Labor Department Reports US Weekly Unemployment Claims Dropped at End of January

Labor Department Reports US Weekly Unemployment Claims Dropped at End of January
People line up outside a hoping to find assistance with their unemployment claim in a file photo. (Bryan Woolston/Reuters)
Bryan Jung
2/3/2022
Updated:
2/3/2022

A Labor Department report on Feb. 3, showed that the number of Americans filing new weekly jobless claims fell 23,000 to 238,000, more than expected last week, as the Omicron variant subsided, a second straight weekly decline.

Economists polled by Reuters had earlier forecast 245,000 jobless benefit applications.

Jobless applications fell sharply in Ohio, Kentucky, and Illinois, offsetting rises in Michigan, California, Indiana, and Pennsylvania.

Continuing claims meanwhile have dropped 44,000 to 1.628 million.

Claims have dropped from a record high of 6.149 million in early April 2020.

The fall in unemployment benefit claims suggests that the slowdown in job growth caused by the virus was likely temporary, after a recent surge in claims in mid-January, which had boosted initial claims to a three-month high.

The number of infectious cases fell to under 400,000 new cases a day, about half of what it was just weeks ago.

The government will release January’s highly anticipated U.S. employment numbers on Feb. 4, reporting the number of new jobs created last month and the latest unemployment rate.

In December, the U.S. economy added 199,000 new jobs with unemployment at 3.9 percent.

Between Dec. 29 and Jan. 10, 8.8 million Americans reported not being at work because of virus-related reasons, according to the Census Bureau’s Household Pulse Survey in mid-January.

Many workers out sick or in quarantine without pay are counted as unemployed in the Labor Department’s statistics, even if they still have a job with their companies.

Some analysts estimate that January’s figure may be similar, even smaller, after the Omicron variant surged and waned in early January after employment data was collected by the Labor Department at mid-month.

The services sector was the most impacted by the recent CCP virus wave.

“There is some nervousness surrounding the forthcoming January employment report from the Labor Department, after weak high frequency data and ADP’s reported loss of 301,000 jobs in private payrolls,” said Mark Hamrick, senior economic analyst at Bankrate.
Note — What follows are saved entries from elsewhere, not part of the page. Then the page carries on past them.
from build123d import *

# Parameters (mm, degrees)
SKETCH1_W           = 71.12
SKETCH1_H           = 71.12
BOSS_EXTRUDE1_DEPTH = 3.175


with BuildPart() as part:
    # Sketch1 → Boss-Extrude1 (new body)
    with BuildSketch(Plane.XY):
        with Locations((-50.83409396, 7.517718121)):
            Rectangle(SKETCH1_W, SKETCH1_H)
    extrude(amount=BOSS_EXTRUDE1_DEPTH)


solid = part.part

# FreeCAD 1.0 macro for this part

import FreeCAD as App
import Part
import Sketcher
Q = App.Units.Quantity


def add_polygon(sketch, points):
    """Adds a closed chain of lines whose ends are joined by coincident constraints."""
    first, n = sketch.GeometryCount, len(points)
    for a, b in zip(points, points[1:] + points[:1]):
        sketch.addGeometry(Part.LineSegment(App.Vector(*a, 0), App.Vector(*b, 0)), False)
    for i in range(n):
        sketch.addConstraint(Sketcher.Constraint("Coincident", first + i, 2, first + (i + 1) % n, 1))

doc = App.newDocument("Part")
body = doc.addObject("PartDesign::Body", "Body")

# Sketch on XY plane
sketch1 = body.newObject("Sketcher::SketchObject", "Sketch")
sketch1.AttachmentSupport = (doc.getObject("XY_Plane"), [""])
sketch1.MapMode = "FlatFace"
add_polygon(sketch1, [(-86.394094, 43.077718), (-86.394094, -28.042282), (-15.274094, -28.042282), (-15.274094, 43.077718)])  # lines 0-3
sketch1.addConstraint([
    Sketcher.Constraint("Vertical", 0),
    Sketcher.Constraint("Horizontal", 1),
    Sketcher.Constraint("Vertical", 2),
    Sketcher.Constraint("Horizontal", 3),
    Sketcher.Constraint("Equal", 3, 0),
    Sketcher.Constraint("DistanceX", 1, 1, 1, 2, Q("2.8 in")),
    Sketcher.Constraint("DistanceY", 0, 2, -1, 1, Q("28.042282 mm")),
    Sketcher.Constraint("DistanceX", 0, 2, -1, 1, Q("86.394094 mm")),
])
pad1 = body.newObject("PartDesign::Pad", "Pad")
pad1.Profile = sketch1
pad1.Length = Q("0.125 in")

doc.recompute()
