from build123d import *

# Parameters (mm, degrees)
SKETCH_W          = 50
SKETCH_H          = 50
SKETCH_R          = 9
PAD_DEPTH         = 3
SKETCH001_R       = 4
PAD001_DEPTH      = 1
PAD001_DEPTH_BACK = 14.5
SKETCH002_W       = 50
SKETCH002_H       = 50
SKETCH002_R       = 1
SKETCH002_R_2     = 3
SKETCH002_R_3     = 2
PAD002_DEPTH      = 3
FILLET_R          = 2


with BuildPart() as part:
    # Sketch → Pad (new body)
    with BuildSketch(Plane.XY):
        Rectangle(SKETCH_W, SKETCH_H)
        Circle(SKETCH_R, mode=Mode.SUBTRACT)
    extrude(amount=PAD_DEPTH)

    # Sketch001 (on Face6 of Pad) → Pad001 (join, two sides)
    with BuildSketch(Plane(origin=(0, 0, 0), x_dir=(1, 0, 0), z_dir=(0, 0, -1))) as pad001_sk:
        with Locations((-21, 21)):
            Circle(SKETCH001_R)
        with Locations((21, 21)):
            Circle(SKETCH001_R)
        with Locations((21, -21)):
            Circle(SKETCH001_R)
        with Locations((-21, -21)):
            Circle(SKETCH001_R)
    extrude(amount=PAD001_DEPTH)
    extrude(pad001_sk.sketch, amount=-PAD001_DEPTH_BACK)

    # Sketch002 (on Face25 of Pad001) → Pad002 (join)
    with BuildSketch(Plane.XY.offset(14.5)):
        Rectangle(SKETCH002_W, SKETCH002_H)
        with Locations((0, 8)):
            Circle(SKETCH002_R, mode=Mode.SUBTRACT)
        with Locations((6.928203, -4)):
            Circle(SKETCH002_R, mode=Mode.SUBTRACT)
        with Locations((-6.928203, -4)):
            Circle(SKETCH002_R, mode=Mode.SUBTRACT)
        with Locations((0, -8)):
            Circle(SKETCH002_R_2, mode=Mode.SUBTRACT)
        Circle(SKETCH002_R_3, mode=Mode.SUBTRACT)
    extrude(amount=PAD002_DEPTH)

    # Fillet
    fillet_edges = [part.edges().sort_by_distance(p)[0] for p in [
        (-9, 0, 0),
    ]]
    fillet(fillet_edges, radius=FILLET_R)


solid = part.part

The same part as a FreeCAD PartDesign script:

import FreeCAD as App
import Part
import Sketcher
from FreeCAD import Vector


def edges_at(feature, points):
    """Names of the edges that pass closest to the given points."""
    edges = feature.Shape.Edges
    near = lambda p: min(range(len(edges)), key=lambda i: edges[i].distToShape(Part.Vertex(*p))[0])
    return sorted({f"Edge{near(p) + 1}" for p in points})

doc = App.newDocument("Part")
body = doc.addObject("PartDesign::Body", "Body")

# Sketch on XY plane
sketch1 = doc.addObject("Sketcher::SketchObject", "Sketch")
body.addObject(sketch1)
sketch1.AttachmentSupport = (doc.XY_Plane, [""])
sketch1.MapMode = "FlatFace"
sketch1.addGeometry(Part.LineSegment(Vector(-25, 25, 0), Vector(-25, -25, 0)), False)
sketch1.addGeometry(Part.LineSegment(Vector(-25, -25, 0), Vector(25, -25, 0)), False)
sketch1.addGeometry(Part.LineSegment(Vector(25, -25, 0), Vector(25, 25, 0)), False)
sketch1.addGeometry(Part.LineSegment(Vector(25, 25, 0), Vector(-25, 25, 0)), False)
sketch1.addGeometry(Part.Circle(Vector(0, 0, 0), Vector(0, 0, 1), 9), False)
sketch1.addConstraint(Sketcher.Constraint("Coincident", 0, 2, 1, 1))
sketch1.addConstraint(Sketcher.Constraint("Coincident", 1, 2, 2, 1))
sketch1.addConstraint(Sketcher.Constraint("Coincident", 2, 2, 3, 1))
sketch1.addConstraint(Sketcher.Constraint("Coincident", 3, 2, 0, 1))
sketch1.addConstraint(Sketcher.Constraint("Vertical", 0))
sketch1.addConstraint(Sketcher.Constraint("Horizontal", 1))
sketch1.addConstraint(Sketcher.Constraint("Vertical", 2))
sketch1.addConstraint(Sketcher.Constraint("Horizontal", 3))
sketch1.addConstraint(Sketcher.Constraint("Coincident", 4, 3, -1, 1))
sketch1.addConstraint(Sketcher.Constraint("Symmetric", 0, 2, 2, 2, -1, 1))
sketch1.addConstraint(Sketcher.Constraint("Equal", 3, 0))
sketch1.addConstraint(Sketcher.Constraint("Diameter", 4, 18.0))
sketch1.addConstraint(Sketcher.Constraint("DistanceX", 1, 1, 1, 2, 50.0))
pad1 = doc.addObject("PartDesign::Pad", "Pad")
body.addObject(pad1)
pad1.Profile = sketch1
pad1.Length = 3

# Sketch on XY plane
sketch2 = doc.addObject("Sketcher::SketchObject", "Sketch001")
body.addObject(sketch2)
sketch2.AttachmentSupport = (doc.XY_Plane, [""])
sketch2.MapMode = "FlatFace"
sketch2.addGeometry(Part.Circle(Vector(-21, -21, 0), Vector(0, 0, 1), 4), False)
sketch2.addGeometry(Part.Circle(Vector(21, -21, 0), Vector(0, 0, 1), 4), False)
sketch2.addGeometry(Part.Circle(Vector(21, 21, 0), Vector(0, 0, 1), 4), False)
sketch2.addGeometry(Part.Circle(Vector(-21, 21, 0), Vector(0, 0, 1), 4), False)
sketch2.addConstraint(Sketcher.Constraint("Equal", 0, 1))
sketch2.addConstraint(Sketcher.Constraint("Equal", 1, 2))
sketch2.addConstraint(Sketcher.Constraint("Equal", 2, 3))
sketch2.addConstraint(Sketcher.Constraint("Symmetric", 0, 3, 2, 3, -1, 1))
sketch2.addConstraint(Sketcher.Constraint("Symmetric", 1, 3, 3, 3, -1, 1))
sketch2.addConstraint(Sketcher.Constraint("Symmetric", 0, 3, 1, 3, -2))
sketch2.addConstraint(Sketcher.Constraint("Diameter", 0, 8.0))
sketch2.addConstraint(Sketcher.Constraint("DistanceX", 0, 3, -1, 1, 21.0))
sketch2.addConstraint(Sketcher.Constraint("DistanceY", 0, 3, -1, 1, 21.0))
pad2 = doc.addObject("PartDesign::Pad", "Pad001")
body.addObject(pad2)
pad2.Profile = sketch2
pad2.Type = "TwoLengths"
pad2.Length = 1
pad2.Length2 = 14.5
pad2.Reversed = True

# Sketch on XY plane
sketch3 = doc.addObject("Sketcher::SketchObject", "Sketch002")
body.addObject(sketch3)
sketch3.AttachmentSupport = (doc.XY_Plane, [""])
sketch3.MapMode = "FlatFace"
sketch3.AttachmentOffset = App.Placement(Vector(0, 0, 14.5), App.Rotation())
sketch3.addGeometry(Part.LineSegment(Vector(-25, 25, 0), Vector(-25, -25, 0)), False)
sketch3.addGeometry(Part.LineSegment(Vector(-25, -25, 0), Vector(25, -25, 0)), False)
sketch3.addGeometry(Part.LineSegment(Vector(25, -25, 0), Vector(25, 25, 0)), False)
sketch3.addGeometry(Part.LineSegment(Vector(25, 25, 0), Vector(-25, 25, 0)), False)
sketch3.addGeometry(Part.Circle(Vector(-6.9, -4, 0), Vector(0, 0, 1), 1), False)
sketch3.addGeometry(Part.Circle(Vector(0, -8, 0), Vector(0, 0, 1), 3), False)
sketch3.addGeometry(Part.Circle(Vector(6.9, -4, 0), Vector(0, 0, 1), 1), False)
sketch3.addGeometry(Part.Circle(Vector(0, 0, 0), Vector(0, 0, 1), 2), False)
sketch3.addGeometry(Part.Circle(Vector(0, 8, 0), Vector(0, 0, 1), 1), False)
sketch3.addConstraint(Sketcher.Constraint("Coincident", 0, 2, 1, 1))
sketch3.addConstraint(Sketcher.Constraint("Coincident", 1, 2, 2, 1))
sketch3.addConstraint(Sketcher.Constraint("Coincident", 2, 2, 3, 1))
sketch3.addConstraint(Sketcher.Constraint("Coincident", 3, 2, 0, 1))
sketch3.addConstraint(Sketcher.Constraint("Vertical", 0))
sketch3.addConstraint(Sketcher.Constraint("Horizontal", 1))
sketch3.addConstraint(Sketcher.Constraint("Vertical", 2))
sketch3.addConstraint(Sketcher.Constraint("Horizontal", 3))
sketch3.addConstraint(Sketcher.Constraint("Coincident", 7, 3, -1, 1))
sketch3.addConstraint(Sketcher.Constraint("Equal", 4, 6))
sketch3.addConstraint(Sketcher.Constraint("Equal", 6, 8))
sketch3.addConstraint(Sketcher.Constraint("Symmetric", 5, 3, 8, 3, -1, 1))
sketch3.addConstraint(Sketcher.Constraint("Symmetric", 0, 2, 2, 2, -1, 1))
sketch3.addConstraint(Sketcher.Constraint("Symmetric", 4, 3, 6, 3, -2))
sketch3.addConstraint(Sketcher.Constraint("PointOnObject", 5, 3, -2))
sketch3.addConstraint(Sketcher.Constraint("Equal", 3, 0))
sketch3.addConstraint(Sketcher.Constraint("Diameter", 4, 2.0))
sketch3.addConstraint(Sketcher.Constraint("Diameter", 5, 6.0))
sketch3.addConstraint(Sketcher.Constraint("Diameter", 7, 4.0))
sketch3.addConstraint(Sketcher.Constraint("DistanceX", 1, 1, 1, 2, 50.0))
sketch3.addConstraint(Sketcher.Constraint("DistanceY", 4, 3, -1, 1, 4.0))
sketch3.addConstraint(Sketcher.Constraint("DistanceY", 5, 3, -1, 1, 8.0))
sketch3.addConstraint(Sketcher.Constraint("DistanceX", 4, 3, -1, 1, 6.928203))
pad3 = doc.addObject("PartDesign::Pad", "Pad002")
body.addObject(pad3)
pad3.Profile = sketch3
pad3.Length = 3
doc.recompute()

fillet = doc.addObject("PartDesign::Fillet", "Fillet")
body.addObject(fillet)
fillet.Base = (pad3, edges_at(pad3, [(-9, 0, 0)]))
fillet.Radius = 2

doc.recompute()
The Feb. 2 ADP National Employment report showed that private payrolls declined in January for the first time in a year, raising a strong possibility that the overall economy shed jobs last month.

Many American employers are looking for more workers, despite about 6.9 million workers still remaining unemployed.

Companies are hanging on to the workers they have and are searching for more as the labor market tightens.

“The reality is that job cuts remain remarkably low, which is also affirmed by the latest numbers from Challenger, Gray & Christmas. Challenger’s account of January job cut announcements, at just above 19,000, is little changed from December. Some of the cuts are said stemming from vaccine refusals, as well as store, plant, and facilities closing,” said Hamrick.

There were 10.4 million job openings in the United States at the end of November.

However, many of the available jobs are in low-wage service positions that unemployed skilled individuals find undesirable, while some of the new job openings are not where unemployed workers live.

“January hiring may well be the weakest in a year as the Omicron wave sidelined millions of workers,” said Hamrick.

The U.S. economy overall is positive, with growth of 5.7 percent in 2021, the fastest full-year gain since 1984, the Commerce Department reported last week.

Productivity rebounded 6.6 percent in the fourth quarter of 2021.

Compared to the fourth quarter of 2020, productivity grew at a 2.0 percent pace, with a total increase of 1.9 percent in 2021, slowing from 2.4 percent in 2020.

The U.S. economy showed resiliency as it struggled to cope last year with two CCP virus variants from mid-2021 onward that caused a slow down in recovery, with supply chain bottlenecks that left store shelves empty and a 7 percent surge in inflation over the previous year, which was the highest rate rise since 1982.

A record 6.4 million jobs were created last year, with most of the jobs lost due to the pandemic in 2020 being recovered.

However, the workforce is still about 2 million jobs smaller than before the pandemic.

“That would serve as a reminder of the high degree of volatility and uncertainty during these challenging times with a pandemic still raging,” added Hamrick.

“If we continue to see more encouraging signs with COVID, it would be reasonable to expect the economic recovery will gather momentum again.”

Rising inflation is forced Federal Reserve policymakers last week to announce that they would boost interest rates as early as March after keeping it near 0 percent since the CCP virus hit the United States in March 2020.

The Fed could increase the rate about three to five times this year, which could have a broad effect on borrowing costs for consumers and businesses.